Disaster Recovery of SBS 2008 Failed
I have a client running SBS2008 SP2 on a 2 year old server, with BE 12.5 SP4 installed, backing up to Quantum DLT tape drive.
Last week, 2 drives in a RAID 5 scenario went down, lost the array. We replaced the drives, recreated the array, and followed Symantec document TECH87893 to recover the server, followed the document to the letter.
At the point of rebooting after restoring the system partition, system state, and shadow copy components, the server blue screened with a stop code of x07b. We followed the procedure another 2 times, changing the raid driver once, and changing the partition size once.

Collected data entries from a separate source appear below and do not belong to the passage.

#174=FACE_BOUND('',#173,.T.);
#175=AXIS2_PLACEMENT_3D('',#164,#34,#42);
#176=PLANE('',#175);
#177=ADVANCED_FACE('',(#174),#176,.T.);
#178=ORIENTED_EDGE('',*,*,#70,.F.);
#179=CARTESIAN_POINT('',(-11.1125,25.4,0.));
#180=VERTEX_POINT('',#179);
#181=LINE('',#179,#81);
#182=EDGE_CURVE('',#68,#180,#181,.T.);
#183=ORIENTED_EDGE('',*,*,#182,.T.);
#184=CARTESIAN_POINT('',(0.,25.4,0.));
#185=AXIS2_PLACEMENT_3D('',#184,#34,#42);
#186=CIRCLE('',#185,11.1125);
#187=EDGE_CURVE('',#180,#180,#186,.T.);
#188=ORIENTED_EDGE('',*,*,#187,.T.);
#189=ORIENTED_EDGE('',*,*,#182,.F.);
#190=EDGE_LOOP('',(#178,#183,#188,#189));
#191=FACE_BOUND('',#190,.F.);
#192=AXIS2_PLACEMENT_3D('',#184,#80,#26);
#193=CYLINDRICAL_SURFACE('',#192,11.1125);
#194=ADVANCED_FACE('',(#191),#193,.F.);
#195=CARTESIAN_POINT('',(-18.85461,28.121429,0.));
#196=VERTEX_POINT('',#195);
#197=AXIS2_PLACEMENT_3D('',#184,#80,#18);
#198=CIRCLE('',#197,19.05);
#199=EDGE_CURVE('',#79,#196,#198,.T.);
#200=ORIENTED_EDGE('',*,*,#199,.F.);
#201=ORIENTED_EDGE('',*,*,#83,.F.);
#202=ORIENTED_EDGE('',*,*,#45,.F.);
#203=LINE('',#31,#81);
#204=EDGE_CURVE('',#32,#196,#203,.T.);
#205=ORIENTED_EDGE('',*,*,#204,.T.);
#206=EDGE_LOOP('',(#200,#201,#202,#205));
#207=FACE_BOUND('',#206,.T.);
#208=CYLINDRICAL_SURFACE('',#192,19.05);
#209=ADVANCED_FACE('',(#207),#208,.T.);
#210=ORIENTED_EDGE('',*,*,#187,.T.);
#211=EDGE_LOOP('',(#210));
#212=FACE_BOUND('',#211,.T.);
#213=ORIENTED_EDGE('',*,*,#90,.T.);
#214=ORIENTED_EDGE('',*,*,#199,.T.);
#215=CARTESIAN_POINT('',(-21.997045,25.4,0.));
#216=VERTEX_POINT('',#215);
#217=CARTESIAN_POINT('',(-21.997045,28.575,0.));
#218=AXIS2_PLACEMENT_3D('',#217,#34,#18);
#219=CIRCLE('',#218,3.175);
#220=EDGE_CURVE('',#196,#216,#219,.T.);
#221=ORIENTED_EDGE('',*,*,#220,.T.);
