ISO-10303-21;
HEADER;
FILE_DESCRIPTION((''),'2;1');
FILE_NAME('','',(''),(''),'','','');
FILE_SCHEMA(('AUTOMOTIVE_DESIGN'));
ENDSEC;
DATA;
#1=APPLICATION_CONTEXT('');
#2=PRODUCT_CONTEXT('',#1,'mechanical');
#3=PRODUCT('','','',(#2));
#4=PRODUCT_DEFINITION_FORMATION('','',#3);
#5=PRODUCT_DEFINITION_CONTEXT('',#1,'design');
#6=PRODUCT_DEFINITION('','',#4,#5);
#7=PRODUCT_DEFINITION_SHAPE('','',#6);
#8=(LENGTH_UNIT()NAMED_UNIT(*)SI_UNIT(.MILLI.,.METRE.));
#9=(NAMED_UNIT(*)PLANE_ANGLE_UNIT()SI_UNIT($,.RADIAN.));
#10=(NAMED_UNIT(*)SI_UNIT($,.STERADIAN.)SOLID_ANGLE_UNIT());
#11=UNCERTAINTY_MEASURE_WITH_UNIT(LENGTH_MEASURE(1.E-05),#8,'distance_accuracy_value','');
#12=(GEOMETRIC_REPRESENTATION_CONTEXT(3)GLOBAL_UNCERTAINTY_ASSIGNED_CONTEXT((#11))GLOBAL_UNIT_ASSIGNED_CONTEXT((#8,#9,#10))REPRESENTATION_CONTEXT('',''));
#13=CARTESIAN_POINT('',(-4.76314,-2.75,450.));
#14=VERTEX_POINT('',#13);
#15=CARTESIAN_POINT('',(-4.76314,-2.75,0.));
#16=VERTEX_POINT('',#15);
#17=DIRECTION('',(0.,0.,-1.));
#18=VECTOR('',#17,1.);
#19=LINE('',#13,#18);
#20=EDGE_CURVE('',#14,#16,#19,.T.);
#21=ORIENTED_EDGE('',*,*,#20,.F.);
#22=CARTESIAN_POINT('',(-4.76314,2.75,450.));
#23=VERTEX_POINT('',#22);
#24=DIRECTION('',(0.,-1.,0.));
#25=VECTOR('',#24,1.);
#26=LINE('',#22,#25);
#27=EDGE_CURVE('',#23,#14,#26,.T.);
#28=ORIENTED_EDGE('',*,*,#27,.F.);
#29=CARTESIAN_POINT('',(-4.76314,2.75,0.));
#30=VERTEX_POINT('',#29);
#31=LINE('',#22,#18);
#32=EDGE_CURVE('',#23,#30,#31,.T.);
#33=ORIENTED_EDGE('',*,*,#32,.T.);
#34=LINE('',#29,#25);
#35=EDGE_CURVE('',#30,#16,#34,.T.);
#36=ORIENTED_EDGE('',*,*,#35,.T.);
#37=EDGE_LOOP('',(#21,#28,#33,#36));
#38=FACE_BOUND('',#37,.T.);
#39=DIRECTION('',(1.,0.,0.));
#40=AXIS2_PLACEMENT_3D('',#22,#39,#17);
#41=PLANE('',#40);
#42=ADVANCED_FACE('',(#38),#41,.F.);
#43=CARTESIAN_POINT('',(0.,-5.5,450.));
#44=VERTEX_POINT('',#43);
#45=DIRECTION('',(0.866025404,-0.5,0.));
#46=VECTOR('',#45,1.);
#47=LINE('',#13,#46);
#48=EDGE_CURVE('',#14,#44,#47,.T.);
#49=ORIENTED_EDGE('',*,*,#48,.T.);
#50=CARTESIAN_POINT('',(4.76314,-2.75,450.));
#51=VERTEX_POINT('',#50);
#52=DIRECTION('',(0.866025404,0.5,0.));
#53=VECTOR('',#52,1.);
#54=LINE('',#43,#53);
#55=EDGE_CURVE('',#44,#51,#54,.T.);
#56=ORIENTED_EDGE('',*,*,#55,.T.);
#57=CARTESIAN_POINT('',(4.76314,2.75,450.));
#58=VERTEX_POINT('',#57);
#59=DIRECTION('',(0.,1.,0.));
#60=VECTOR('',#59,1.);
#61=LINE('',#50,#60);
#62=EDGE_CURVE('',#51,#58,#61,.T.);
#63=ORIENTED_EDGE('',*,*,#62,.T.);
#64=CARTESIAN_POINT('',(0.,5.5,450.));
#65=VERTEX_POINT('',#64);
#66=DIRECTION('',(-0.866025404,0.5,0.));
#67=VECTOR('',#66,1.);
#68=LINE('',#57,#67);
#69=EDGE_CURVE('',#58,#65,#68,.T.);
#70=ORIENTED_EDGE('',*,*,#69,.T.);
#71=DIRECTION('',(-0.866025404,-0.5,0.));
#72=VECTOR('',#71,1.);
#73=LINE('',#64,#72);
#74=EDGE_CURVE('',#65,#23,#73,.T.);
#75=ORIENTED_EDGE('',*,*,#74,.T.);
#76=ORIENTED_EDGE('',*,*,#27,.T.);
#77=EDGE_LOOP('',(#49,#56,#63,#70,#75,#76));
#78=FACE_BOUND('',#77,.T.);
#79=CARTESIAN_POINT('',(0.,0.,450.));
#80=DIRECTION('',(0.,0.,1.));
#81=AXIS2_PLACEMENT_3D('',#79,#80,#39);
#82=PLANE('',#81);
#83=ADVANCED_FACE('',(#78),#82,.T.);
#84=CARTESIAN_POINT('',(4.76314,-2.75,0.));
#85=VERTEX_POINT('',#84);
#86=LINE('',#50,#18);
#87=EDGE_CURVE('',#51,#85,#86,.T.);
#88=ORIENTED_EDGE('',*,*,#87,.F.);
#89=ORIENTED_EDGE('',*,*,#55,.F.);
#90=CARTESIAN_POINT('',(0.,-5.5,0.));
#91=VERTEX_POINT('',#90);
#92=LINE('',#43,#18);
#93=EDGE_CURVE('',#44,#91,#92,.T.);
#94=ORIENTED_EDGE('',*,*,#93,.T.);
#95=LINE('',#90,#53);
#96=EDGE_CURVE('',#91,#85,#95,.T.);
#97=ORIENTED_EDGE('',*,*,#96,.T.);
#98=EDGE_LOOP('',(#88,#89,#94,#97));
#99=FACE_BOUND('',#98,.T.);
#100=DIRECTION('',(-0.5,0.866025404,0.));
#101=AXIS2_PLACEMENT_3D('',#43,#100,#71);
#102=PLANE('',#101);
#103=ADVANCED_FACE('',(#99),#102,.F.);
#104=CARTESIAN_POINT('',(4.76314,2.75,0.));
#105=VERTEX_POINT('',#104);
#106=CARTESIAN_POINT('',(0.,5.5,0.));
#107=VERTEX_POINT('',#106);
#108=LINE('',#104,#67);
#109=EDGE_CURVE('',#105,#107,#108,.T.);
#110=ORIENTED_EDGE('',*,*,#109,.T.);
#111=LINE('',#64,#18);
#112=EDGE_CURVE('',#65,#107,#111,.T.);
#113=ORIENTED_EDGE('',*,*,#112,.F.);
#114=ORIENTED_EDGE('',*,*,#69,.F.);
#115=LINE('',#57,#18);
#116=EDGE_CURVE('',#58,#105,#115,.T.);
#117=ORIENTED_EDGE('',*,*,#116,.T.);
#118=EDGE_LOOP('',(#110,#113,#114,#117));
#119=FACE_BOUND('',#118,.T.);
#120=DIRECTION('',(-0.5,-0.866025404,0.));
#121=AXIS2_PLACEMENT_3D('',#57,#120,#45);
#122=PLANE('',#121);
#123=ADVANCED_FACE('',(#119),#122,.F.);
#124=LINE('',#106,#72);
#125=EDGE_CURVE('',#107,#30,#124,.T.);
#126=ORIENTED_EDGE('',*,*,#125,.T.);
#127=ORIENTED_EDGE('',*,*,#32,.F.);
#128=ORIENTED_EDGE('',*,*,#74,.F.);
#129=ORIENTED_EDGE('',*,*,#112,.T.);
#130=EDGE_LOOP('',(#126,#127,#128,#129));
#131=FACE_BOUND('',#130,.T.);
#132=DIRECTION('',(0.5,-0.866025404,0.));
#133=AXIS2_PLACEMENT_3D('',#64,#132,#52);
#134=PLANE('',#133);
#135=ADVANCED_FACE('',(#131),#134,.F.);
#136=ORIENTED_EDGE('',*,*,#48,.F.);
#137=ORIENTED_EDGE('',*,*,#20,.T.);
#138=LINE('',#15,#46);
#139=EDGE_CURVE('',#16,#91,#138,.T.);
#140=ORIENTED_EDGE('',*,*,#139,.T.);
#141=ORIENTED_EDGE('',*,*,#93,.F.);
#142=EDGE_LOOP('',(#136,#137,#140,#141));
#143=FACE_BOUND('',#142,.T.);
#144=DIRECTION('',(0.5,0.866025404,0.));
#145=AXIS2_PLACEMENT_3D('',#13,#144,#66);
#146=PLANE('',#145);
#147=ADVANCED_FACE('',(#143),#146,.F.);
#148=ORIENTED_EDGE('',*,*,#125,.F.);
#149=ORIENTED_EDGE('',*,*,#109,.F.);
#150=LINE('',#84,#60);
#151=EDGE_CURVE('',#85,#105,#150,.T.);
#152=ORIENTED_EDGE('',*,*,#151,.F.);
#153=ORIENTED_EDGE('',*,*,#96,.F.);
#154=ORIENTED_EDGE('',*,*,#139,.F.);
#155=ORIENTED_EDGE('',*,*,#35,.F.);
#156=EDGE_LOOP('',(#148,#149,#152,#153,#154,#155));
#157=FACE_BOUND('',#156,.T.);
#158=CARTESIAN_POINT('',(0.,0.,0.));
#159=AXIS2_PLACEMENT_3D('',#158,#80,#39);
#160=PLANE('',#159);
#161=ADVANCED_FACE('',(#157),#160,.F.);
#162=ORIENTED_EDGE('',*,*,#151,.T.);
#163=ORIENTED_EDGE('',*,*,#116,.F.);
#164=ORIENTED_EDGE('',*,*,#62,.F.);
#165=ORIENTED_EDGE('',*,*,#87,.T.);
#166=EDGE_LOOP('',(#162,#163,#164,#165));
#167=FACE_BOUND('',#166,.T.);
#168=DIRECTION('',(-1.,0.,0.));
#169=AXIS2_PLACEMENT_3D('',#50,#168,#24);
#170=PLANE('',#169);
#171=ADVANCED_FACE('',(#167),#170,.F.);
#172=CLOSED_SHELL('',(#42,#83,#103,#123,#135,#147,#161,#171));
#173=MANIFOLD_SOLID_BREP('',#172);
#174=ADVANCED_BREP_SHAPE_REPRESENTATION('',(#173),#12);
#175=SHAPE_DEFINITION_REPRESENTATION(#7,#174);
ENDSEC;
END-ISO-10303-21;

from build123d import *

# Parameters (mm, degrees)
EXTRUDE_1_DEPTH = 450


with BuildPart() as part:
    # 草图1 → 凸台-拉伸1 (new body)
    with BuildSketch(Plane.XY):
        Polygon((0, -5.5), (4.763139721, -2.75), (4.763139721, 2.75), (0, 5.5), (-4.763139721, 2.75), (-4.763139721, -2.75), align=None)
    extrude(amount=EXTRUDE_1_DEPTH)


solid = part.part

Again, the server blue screend with the same stop code, no driver information given.
I opened a ticket with Symantec support, who basically told me I was doing everything correct and I should call Microsoft to see if they can help. I opened a ticket with Microsoft who for 4 hours attempted to change registry settings to disable services and devices from booting up, with no success. Microsoft's response was that in most cases such as these, it is best to build the server from scratch and basically deploy a new active directory box.
At this point, I had reinstalled the SBS server 4 times, talked to support for a total of 7 hours, and the client had been down for 3 days. My choices were limited to one, rebuild the server, restore data, take server on site, and eat crow with the client. 2 techs spent most of the day onsite joining 8 workstations to new domain, copying profiles, and rebuilding scripts and security. There were 2 things that were in our favor, the data was recoverable, and there were only 8 workstations.
But what if this was not the case? What if there were 30 workstations, remote users, what if Exchange was configured in a way that users did not have a local OST to export out and reimport? We have many small business clients, with different versions of SBS and different versions of BE attempting to prevent scenarios such as these. These clients look to us for advise on how to quickly recover from these failures and provide a comfort level that we can protect them from a lengthy downtime. We are now faced with a huge dilema, have we been advising our clients incorrectly?
We have read the documentation on different backup product solutions from Symantec, and deployed based on 30 years of experience in the industry. Yet, in all this time, I have never read a document that says "This is how you should back up your particular environment so you can recover in your acceptable time frame". I know this is a reach, but is there a backup guru out there, somewhere in Symantec land, that can give us some sort of direction as to whether we are doing this right or wrong? We believe that if change is needed, we will deploy the change at our clients' sites.
Thanks for letting me vent, I'd appreciate any comments.